Sintió la angustia creciéndole por los pies, enredándose entre sus piernas, como víboras nacidas en ese momento del fango (¿fango?) bajo sus pies. Cientos de espinas penetrándole la piel de la espalda a la altura de los pulmones lo impulsaron a levantarse del sillón, pero de nuevo la angustia disfrazada de víbora lo aprisionó en el asiento. Quiso gritar y el temor de que le salieran por la boca los demonios en forma de escarabajos que se le paseaban por los dientes lo hizo apretar aún más sus labios. Intentó tragar saliva y sintió un enjambre de abejas cerrándose en su garganta. Sus dedos no respondieron a la orden de borrar lo escrito, su corazón comenzó a bajar el ritmo de sus latidos hasta casi perder el sentido.
Cerró los ojos y comenzó a respirar profunda y lentamente, respira... exhala... respira... exhala... el olor... respira... es húmedo... exhala... hay tierra... respira... exhala... bajo sus pies... respira... los soles... exhala... estrellas... respira...
Abrió los ojos. El resplandor de la pantalla lo deslumbró un poco, en un reflejo se tocó los brazos, el vientre, las piernas; el olor a humedad había desaparecido, en la pantalla estaba abierto el cuadro en blanco del procesador de textos, se dio cuenta de que nuevamente estaba él solo en su estudio, frente a la computadora. La ventana seguía abierta, se levantó y se acercó a ella, sintió el fresco de la noche en su rostro y se sintió aliviado. Sobre el escritorio comenzó a timbrar el teléfono, dejó que la contestadora se hiciera cargo, escuchó: “¿Jorge?, comunícate conmigo hermano, hay una oportunidad en un periódico de la capital, no tienes que irte a vivir allá; échame un grito, va?”.
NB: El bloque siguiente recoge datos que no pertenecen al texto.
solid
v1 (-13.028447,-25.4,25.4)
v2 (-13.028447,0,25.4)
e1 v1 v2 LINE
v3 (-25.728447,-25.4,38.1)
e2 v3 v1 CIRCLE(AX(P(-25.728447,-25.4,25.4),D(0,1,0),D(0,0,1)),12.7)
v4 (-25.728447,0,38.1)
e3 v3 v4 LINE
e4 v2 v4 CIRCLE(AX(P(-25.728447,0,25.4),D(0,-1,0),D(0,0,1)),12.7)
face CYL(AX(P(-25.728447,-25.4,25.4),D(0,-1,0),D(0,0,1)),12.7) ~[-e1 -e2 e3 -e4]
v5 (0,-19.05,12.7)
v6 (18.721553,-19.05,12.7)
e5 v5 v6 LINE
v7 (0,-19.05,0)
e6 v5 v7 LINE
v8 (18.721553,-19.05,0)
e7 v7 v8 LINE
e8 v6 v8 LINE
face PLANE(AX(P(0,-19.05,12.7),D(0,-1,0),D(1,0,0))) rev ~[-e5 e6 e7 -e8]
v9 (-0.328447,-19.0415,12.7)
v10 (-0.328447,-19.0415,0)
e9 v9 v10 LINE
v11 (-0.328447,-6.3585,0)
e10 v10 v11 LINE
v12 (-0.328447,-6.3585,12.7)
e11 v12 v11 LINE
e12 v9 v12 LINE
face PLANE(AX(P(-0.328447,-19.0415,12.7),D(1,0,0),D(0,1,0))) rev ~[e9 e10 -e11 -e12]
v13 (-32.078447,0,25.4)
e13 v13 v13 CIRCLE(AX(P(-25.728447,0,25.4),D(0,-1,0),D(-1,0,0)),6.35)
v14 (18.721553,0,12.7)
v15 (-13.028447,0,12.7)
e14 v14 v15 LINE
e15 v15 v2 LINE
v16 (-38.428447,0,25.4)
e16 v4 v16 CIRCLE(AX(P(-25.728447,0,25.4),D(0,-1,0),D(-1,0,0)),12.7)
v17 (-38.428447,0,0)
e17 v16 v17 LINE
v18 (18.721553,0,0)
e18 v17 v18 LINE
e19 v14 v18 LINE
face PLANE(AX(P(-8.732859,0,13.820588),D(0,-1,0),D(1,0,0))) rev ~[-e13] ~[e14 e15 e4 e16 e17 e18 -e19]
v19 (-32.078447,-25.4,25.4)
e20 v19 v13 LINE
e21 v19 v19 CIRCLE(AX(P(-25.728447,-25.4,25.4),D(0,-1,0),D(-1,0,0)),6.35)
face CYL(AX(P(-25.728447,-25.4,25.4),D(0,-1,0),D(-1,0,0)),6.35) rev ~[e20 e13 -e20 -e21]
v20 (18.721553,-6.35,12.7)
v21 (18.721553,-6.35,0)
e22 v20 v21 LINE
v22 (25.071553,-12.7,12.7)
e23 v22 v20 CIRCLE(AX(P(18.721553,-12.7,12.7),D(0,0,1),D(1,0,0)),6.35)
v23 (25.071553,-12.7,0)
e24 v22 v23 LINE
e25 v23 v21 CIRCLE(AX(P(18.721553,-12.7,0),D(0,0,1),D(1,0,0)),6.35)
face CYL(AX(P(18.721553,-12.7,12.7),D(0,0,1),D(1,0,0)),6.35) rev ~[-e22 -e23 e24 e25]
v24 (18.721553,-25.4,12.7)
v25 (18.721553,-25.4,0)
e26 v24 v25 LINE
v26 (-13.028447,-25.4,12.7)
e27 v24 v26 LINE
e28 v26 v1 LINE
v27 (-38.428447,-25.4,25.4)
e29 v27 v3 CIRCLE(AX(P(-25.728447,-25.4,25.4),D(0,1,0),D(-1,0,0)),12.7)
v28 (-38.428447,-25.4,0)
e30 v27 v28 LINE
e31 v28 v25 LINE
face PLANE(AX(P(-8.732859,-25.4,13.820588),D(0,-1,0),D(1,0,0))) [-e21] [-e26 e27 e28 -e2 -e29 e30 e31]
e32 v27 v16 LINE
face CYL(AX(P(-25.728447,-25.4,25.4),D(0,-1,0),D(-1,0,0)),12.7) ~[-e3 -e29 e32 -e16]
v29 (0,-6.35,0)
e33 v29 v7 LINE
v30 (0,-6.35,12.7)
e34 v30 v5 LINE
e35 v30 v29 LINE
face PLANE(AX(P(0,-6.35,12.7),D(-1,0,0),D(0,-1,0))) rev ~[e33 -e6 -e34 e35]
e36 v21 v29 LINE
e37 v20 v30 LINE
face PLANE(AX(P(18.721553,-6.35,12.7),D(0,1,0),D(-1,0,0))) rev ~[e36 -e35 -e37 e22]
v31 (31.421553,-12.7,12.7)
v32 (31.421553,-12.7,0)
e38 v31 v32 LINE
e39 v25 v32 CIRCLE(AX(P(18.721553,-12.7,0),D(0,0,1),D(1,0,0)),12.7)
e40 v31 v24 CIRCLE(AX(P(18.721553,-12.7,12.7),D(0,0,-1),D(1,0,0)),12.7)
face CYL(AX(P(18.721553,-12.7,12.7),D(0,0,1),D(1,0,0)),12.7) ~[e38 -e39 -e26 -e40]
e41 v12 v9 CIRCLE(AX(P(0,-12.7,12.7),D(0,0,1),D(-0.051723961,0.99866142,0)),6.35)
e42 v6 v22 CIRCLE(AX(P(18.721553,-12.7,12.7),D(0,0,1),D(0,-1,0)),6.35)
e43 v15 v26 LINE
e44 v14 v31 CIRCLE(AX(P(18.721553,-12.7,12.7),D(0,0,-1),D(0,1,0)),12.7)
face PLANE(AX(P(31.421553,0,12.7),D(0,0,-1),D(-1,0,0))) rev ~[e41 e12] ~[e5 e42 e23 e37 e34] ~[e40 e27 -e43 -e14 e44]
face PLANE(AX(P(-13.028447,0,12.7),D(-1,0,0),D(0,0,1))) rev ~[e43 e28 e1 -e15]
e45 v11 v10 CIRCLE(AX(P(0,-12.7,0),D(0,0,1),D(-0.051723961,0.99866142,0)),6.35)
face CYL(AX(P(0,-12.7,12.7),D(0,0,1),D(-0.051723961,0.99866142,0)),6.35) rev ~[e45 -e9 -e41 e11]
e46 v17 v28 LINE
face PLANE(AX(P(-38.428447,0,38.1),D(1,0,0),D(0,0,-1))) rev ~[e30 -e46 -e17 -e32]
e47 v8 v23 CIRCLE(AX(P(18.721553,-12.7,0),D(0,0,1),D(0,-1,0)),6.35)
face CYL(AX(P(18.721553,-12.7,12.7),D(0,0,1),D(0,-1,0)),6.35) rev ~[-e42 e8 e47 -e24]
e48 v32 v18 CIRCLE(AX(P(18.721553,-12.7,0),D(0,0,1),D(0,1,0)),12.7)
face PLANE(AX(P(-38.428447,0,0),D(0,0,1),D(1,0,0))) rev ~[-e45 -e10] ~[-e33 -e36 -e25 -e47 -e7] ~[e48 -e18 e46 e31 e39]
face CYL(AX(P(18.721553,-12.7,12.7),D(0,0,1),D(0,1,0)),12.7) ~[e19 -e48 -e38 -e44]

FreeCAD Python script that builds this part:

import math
import FreeCAD as App
import Part
import Sketcher
Q = App.Units.Quantity

doc = App.newDocument("Part")
params = doc.addObject("Spreadsheet::Sheet", "Params")
for row, (alias, value) in enumerate([
    ("sketch1_width", "1 in"),
    ("sketch1_height", "1.5 in"),
    ("sketch1_width2", "2.75 in"),
    ("pad1_length", "1 in"),
    ("sketch2_diameter", "0.5 in"),
    ("sketch2_radius", "0.5 in"),
    ("sketch3_radius", "0.5 in"),
], start=1):
    params.set(f"A{row}", alias)
    params.set(f"B{row}", "=" + value)
    params.setAlias(f"B{row}", alias)

body = doc.addObject("PartDesign::Body", "Body")

sketch1 = body.newObject("Sketcher::SketchObject", "Sketch")
sketch1.AttachmentSupport = (doc.getObject("XZ_Plane"), [""])
sketch1.MapMode = "FlatFace"
sketch1.addGeometry([
    Part.LineSegment(App.Vector(-38.428447, 38.1, 0), App.Vector(-38.428447, 0, 0)),
    Part.LineSegment(App.Vector(-38.428447, 0, 0), App.Vector(31.421553, 0, 0)),
    Part.LineSegment(App.Vector(31.421553, 0, 0), App.Vector(31.421553, 12.7, 0)),
    Part.LineSegment(App.Vector(31.421553, 12.7, 0), App.Vector(-13.028447, 12.7, 0)),
    Part.LineSegment(App.Vector(-13.028447, 12.7, 0), App.Vector(-13.028447, 38.1, 0)),
    Part.LineSegment(App.Vector(-13.028447, 38.1, 0), App.Vector(-38.428447, 38.1, 0)),
], False)
sketch1.addConstraint([
    Sketcher.Constraint("Coincident", 0, 2, 1, 1),
    Sketcher.Constraint("Coincident", 1, 2, 2, 1),
    Sketcher.Constraint("Coincident", 2, 2, 3, 1),
    Sketcher.Constraint("Coincident", 3, 2, 4, 1),
    Sketcher.Constraint("Coincident", 4, 2, 5, 1),
    Sketcher.Constraint("Coincident", 5, 2, 0, 1),
    Sketcher.Constraint("Vertical", 0),
    Sketcher.Constraint("Horizontal", 1),
    Sketcher.Constraint("Vertical", 2),
    Sketcher.Constraint("Horizontal", 3),
    Sketcher.Constraint("Vertical", 4),
    Sketcher.Constraint("Horizontal", 5),
    Sketcher.Constraint("PointOnObject", 0, 2, -1),
    Sketcher.Constraint("Equal", 5, 4),
    Sketcher.Constraint("DistanceX", 5, 2, 5, 1, Q("1 in")),
    Sketcher.Constraint("DistanceY", 0, 2, 0, 1, Q("1.5 in")),
    Sketcher.Constraint("DistanceX", 1, 1, 1, 2, Q("2.75 in")),
    Sketcher.Constraint("DistanceX", 0, 2, -1, 1, 38.428447),
])
sketch1.setExpression("Constraints[14]", "Params.sketch1_width")
sketch1.setExpression("Constraints[15]", "Params.sketch1_height")
sketch1.setExpression("Constraints[16]", "Params.sketch1_width2")
pad1 = body.newObject("PartDesign::Pad", "Pad")
pad1.Profile = sketch1
pad1.setExpression("Length", "Params.pad1_length")

sketch2 = body.newObject("Sketcher::SketchObject", "Sketch001")
sketch2.AttachmentSupport = (doc.getObject("XZ_Plane"), [""])
sketch2.MapMode = "FlatFace"
sketch2.AttachmentOffset = App.Placement(App.Vector(0, 0, 1 * 25.4), App.Rotation())
sketch2.addGeometry([
    Part.ArcOfCircle(Part.Circle(App.Vector(-25.728447, 25.4, 0), App.Vector(0, 0, 1), 12.7), math.radians(90), math.radians(180)),
    Part.LineSegment(App.Vector(-25.728447, 38.1, 0), App.Vector(-38.428447, 38.1, 0)),
    Part.LineSegment(App.Vector(-38.428447, 38.1, 0), App.Vector(-38.428447, 25.4, 0)),
    Part.ArcOfCircle(Part.Circle(App.Vector(-25.728447, 25.4, 0), App.Vector(0, 0, 1), 12.7), math.radians(0), math.radians(90)),
    Part.LineSegment(App.Vector(-13.028447, 25.4, 0), App.Vector(-13.028447, 38.1, 0)),
    Part.LineSegment(App.Vector(-13.028447, 38.1, 0), App.Vector(-25.728447, 38.1, 0)),
    Part.Circle(App.Vector(-25.728447, 25.4, 0), App.Vector(0, 0, 1), 6.35),
], False)
sketch2.addConstraint([
    Sketcher.Constraint("Tangent", 0, 1, 1, 1),
    Sketcher.Constraint("Coincident", 1, 2, 2, 1),
    Sketcher.Constraint("Tangent", 2, 2, 0, 2),
    Sketcher.Constraint("Tangent", 3, 1, 4, 1),
    Sketcher.Constraint("Coincident", 4, 2, 5, 1),
    Sketcher.Constraint("Tangent", 5, 2, 3, 2),
    Sketcher.Constraint("Horizontal", 1),
    Sketcher.Constraint("Vertical", 2),
    Sketcher.Constraint("Vertical", 4),
    Sketcher.Constraint("Horizontal", 5),
    Sketcher.Constraint("Coincident", 3, 3, 0, 3),
    Sketcher.Constraint("Coincident", 6, 3, 0, 3),
    Sketcher.Constraint("Equal", 0, 3),
    Sketcher.Constraint("Diameter", 6, Q("0.5 in")),
    Sketcher.Constraint("Radius", 0, Q("0.5 in")),
    Sketcher.Constraint("DistanceY", -1, 1, 0, 3, Q("1 in")),
    Sketcher.Constraint("DistanceX", 0, 3, -1, 1, 25.728447),
])
sketch2.setExpression("Constraints[13]", "Params.sketch2_diameter")
sketch2.setExpression("Constraints[14]", "Params.sketch2_radius")
pocket1 = body.newObject("PartDesign::Pocket", "Pocket")
pocket1.Profile = sketch2
pocket1.Type = "ThroughAll"

sketch3 = body.newObject("Sketcher::SketchObject", "Sketch002")
sketch3.AttachmentSupport = (doc.getObject("XY_Plane"), [""])
sketch3.MapMode = "FlatFace"
sketch3.AttachmentOffset = App.Placement(App.Vector(0, 0, 0.5 * 25.4), App.Rotation())
sketch3.addGeometry([
    Part.LineSegment(App.Vector(0, -6.35, 0), App.Vector(0, -19.05, 0)),
    Part.LineSegment(App.Vector(0, -19.05, 0), App.Vector(18.721553, -19.05, 0)),
    Part.ArcOfCircle(Part.Circle(App.Vector(18.721553, -12.7, 0), App.Vector(0, 0, 1), 6.35), math.radians(-90), math.radians(0)),
    Part.ArcOfCircle(Part.Circle(App.Vector(18.721553, -12.7, 0), App.Vector(0, 0, 1), 6.35), math.radians(0), math.radians(90)),
    Part.LineSegment(App.Vector(18.721553, -6.35, 0), App.Vector(0, -6.35, 0)),
    Part.LineSegment(App.Vector(-0.328447, -19.0415, 0), App.Vector(-0.328447, -6.3585, 0)),
    Part.ArcOfCircle(Part.Circle(App.Vector(0, -12.7, 0), App.Vector(0, 0, 1), 6.35), math.radians(92.964888), math.radians(267.035112)),
    Part.LineSegment(App.Vector(31.421553, 0, 0), App.Vector(18.721553, 0, 0)),
    Part.ArcOfCircle(Part.Circle(App.Vector(18.721553, -12.7, 0), App.Vector(0, 0, 1), 12.7), math.radians(0), math.radians(90)),
    Part.LineSegment(App.Vector(31.421553, -12.7, 0), App.Vector(31.421553, 0, 0)),
    Part.LineSegment(App.Vector(31.421553, -25.4, 0), App.Vector(31.421553, -12.7, 0)),
    Part.ArcOfCircle(Part.Circle(App.Vector(18.721553, -12.7, 0), App.Vector(0, 0, 1), 12.7), math.radians(-90), math.radians(0)),
    Part.LineSegment(App.Vector(18.721553, -25.4, 0), App.Vector(31.421553, -25.4, 0)),
], False)
sketch3.addConstraint([
    Sketcher.Constraint("Coincident", 0, 2, 1, 1),
    Sketcher.Constraint("Tangent", 1, 2, 2, 1),
    Sketcher.Constraint("Tangent", 2, 2, 3, 1),
    Sketcher.Constraint("Tangent", 3, 2, 4, 1),
    Sketcher.Constraint("Coincident", 4, 2, 0, 1),
    Sketcher.Constraint("Coincident", 5, 1, 6, 2),
    Sketcher.Constraint("Coincident", 6, 1, 5, 2),
    Sketcher.Constraint("Tangent", 7, 2, 8, 2),
    Sketcher.Constraint("Tangent", 8, 1, 9, 1),
    Sketcher.Constraint("Coincident", 9, 2, 7, 1),
    Sketcher.Constraint("Tangent", 10, 2, 11, 2),
    Sketcher.Constraint("Tangent", 11, 1, 12, 1),
    Sketcher.Constraint("Coincident", 12, 2, 10, 1),
    Sketcher.Constraint("Vertical", 0),
    Sketcher.Constraint("Horizontal", 1),
    Sketcher.Constraint("Horizontal", 4),
    Sketcher.Constraint("Vertical", 5),
    Sketcher.Constraint("Horizontal", 7),
    Sketcher.Constraint("Vertical", 9),
    Sketcher.Constraint("Vertical", 10),
    Sketcher.Constraint("Horizontal", 12),
    Sketcher.Constraint("Coincident", 8, 3, 2, 3),
    Sketcher.Constraint("Coincident", 11, 3, 2, 3),
    Sketcher.Constraint("Equal", 2, 3),
    Sketcher.Constraint("Equal", 3, 6),
    Sketcher.Constraint("Equal", 8, 11),
    Sketcher.Constraint("PointOnObject", 6, 3, -2),
    Sketcher.Constraint("PointOnObject", 0, 2, -2),
    Sketcher.Constraint("PointOnObject", 7, 2, -1),
    Sketcher.Constraint("Horizontal", 3, 3, 6, 3),
    Sketcher.Constraint("Horizontal", 11, 3, 2, 2),
    Sketcher.Constraint("Equal", 12, 0),
    Sketcher.Constraint("Radius", 8, Q("0.5 in")),
    Sketcher.Constraint("DistanceX", 5, 1, 1, 2, Q("0.75 in")),
    Sketcher.Constraint("DistanceY", 5, 1, 5, 2, 12.683),
])
sketch3.setExpression("Constraints[32]", "Params.sketch3_radius")
pocket2 = body.newObject("PartDesign::Pocket", "Pocket001")
pocket2.Profile = sketch3
pocket2.Type = "ThroughAll"

doc.recompute()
Volver a escribir, una oportunidad para volver a escribir, finalmente era lo que estaba buscando al sentarse momentos antes frente al monitor. Imaginó el gesto de Sofía al plantearle la situación, la forma en que inclinaría un poco la cabeza como si calculara el riesgo de la oferta y el riesgo de haberse tomado el tiempo para escucharlo de nuevo. Tomó el teléfono y marcó, uno, dos, tres tonos: “Por el momento me es imposible contestar...” Colgó.
Nuevamente se sentó sobre el sillón frente a la pantalla. Había que volver a escribir, pero no escribir cualquier cosa, había que ofrecerse de nuevo, entregarse, guardarse bien del miedo, del dolor, de la angustia. Puso los dedos sobre el teclado una vez más, dejó que la humedad le acariciara la piel, bajo sus pies sintió tierra nueva rozando sus tobillos. Escribió: “Se sentía tan a gusto que quiso volver a escribir”.
Bajo el sillón, una alfombra de pasto y alhelíes se fue tejiendo a sus pies.